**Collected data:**
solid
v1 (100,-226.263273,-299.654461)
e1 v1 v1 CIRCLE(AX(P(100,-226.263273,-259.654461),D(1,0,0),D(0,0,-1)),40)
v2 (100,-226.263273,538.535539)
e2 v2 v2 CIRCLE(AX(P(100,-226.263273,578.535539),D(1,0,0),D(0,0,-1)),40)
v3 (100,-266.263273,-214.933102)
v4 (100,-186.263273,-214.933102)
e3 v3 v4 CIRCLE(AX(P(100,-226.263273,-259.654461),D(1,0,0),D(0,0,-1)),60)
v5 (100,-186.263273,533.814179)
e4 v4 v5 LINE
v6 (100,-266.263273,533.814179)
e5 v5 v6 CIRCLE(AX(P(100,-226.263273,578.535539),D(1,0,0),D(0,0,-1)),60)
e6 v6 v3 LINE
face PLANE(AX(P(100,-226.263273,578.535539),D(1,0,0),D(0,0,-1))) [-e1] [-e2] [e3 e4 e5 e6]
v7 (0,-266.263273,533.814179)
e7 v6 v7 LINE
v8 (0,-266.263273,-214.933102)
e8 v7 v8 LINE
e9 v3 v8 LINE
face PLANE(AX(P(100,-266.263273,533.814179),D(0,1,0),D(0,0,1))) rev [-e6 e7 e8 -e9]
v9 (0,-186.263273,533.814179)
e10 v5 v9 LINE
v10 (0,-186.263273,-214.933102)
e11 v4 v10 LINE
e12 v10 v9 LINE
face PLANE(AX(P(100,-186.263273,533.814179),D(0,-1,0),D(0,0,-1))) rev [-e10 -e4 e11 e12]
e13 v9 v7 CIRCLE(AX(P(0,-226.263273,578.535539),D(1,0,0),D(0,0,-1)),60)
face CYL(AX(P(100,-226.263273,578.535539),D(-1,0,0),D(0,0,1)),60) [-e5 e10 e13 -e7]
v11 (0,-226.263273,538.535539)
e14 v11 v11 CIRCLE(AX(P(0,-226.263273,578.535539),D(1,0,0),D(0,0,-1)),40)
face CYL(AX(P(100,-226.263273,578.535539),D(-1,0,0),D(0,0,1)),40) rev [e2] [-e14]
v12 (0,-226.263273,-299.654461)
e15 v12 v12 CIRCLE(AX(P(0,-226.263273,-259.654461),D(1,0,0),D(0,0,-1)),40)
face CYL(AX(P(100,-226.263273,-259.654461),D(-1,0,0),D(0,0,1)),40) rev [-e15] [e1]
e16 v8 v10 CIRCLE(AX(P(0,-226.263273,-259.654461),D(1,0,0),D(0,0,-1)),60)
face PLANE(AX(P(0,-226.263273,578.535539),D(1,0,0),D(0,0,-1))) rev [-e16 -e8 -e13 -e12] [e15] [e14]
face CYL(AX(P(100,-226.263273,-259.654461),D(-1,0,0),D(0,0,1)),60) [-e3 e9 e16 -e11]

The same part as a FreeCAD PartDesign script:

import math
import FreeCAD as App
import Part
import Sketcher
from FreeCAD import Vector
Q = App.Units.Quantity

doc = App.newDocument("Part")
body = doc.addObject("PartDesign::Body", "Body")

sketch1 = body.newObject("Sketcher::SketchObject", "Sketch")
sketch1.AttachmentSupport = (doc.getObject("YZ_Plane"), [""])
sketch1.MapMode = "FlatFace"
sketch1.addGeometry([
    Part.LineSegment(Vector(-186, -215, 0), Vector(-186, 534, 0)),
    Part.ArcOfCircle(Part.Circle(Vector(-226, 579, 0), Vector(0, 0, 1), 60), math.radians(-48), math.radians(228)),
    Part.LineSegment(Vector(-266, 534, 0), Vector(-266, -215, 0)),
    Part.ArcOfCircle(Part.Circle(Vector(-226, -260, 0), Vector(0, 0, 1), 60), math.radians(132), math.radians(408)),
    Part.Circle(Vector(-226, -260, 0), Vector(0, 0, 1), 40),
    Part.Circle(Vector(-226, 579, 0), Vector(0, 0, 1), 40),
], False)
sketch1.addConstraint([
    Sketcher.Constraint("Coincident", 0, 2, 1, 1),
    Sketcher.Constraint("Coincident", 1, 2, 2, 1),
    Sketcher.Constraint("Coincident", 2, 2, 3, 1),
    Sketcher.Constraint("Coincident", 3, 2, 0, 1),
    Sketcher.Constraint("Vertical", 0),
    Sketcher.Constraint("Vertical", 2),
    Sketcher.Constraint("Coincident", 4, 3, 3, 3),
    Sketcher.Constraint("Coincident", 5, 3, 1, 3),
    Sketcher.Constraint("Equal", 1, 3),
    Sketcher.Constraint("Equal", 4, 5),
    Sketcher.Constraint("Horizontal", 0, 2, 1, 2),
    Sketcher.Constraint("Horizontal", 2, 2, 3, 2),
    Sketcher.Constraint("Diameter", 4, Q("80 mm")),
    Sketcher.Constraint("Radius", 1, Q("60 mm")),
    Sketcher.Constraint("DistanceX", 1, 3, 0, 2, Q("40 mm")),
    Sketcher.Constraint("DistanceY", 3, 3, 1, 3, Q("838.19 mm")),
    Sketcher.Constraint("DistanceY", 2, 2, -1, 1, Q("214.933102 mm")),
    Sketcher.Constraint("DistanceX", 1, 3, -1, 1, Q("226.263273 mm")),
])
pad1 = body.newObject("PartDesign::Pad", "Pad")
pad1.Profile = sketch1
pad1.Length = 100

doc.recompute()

**WORK INSTRUCTIONS:** Retype the portion of the data above that starts on the line with "e15 v12 v12" and finishes on the line with "The same part", including both of those lines.

**PROBLEM SOLUTION:**
e15 v12 v12 CIRCLE(AX(P(0,-226.263273,-259.654461),D(1,0,0),D(0,0,-1)),40)
face CYL(AX(P(100,-226.263273,-259.654461),D(-1,0,0),D(0,0,1)),40) rev [-e15] [e1]
e16 v8 v10 CIRCLE(AX(P(0,-226.263273,-259.654461),D(1,0,0),D(0,0,-1)),60)
face PLANE(AX(P(0,-226.263273,578.535539),D(1,0,0),D(0,0,-1))) rev [-e16 -e8 -e13 -e12] [e15] [e14]
face CYL(AX(P(100,-226.263273,-259.654461),D(-1,0,0),D(0,0,1)),60) [-e3 e9 e16 -e11]

The same part as a FreeCAD PartDesign script:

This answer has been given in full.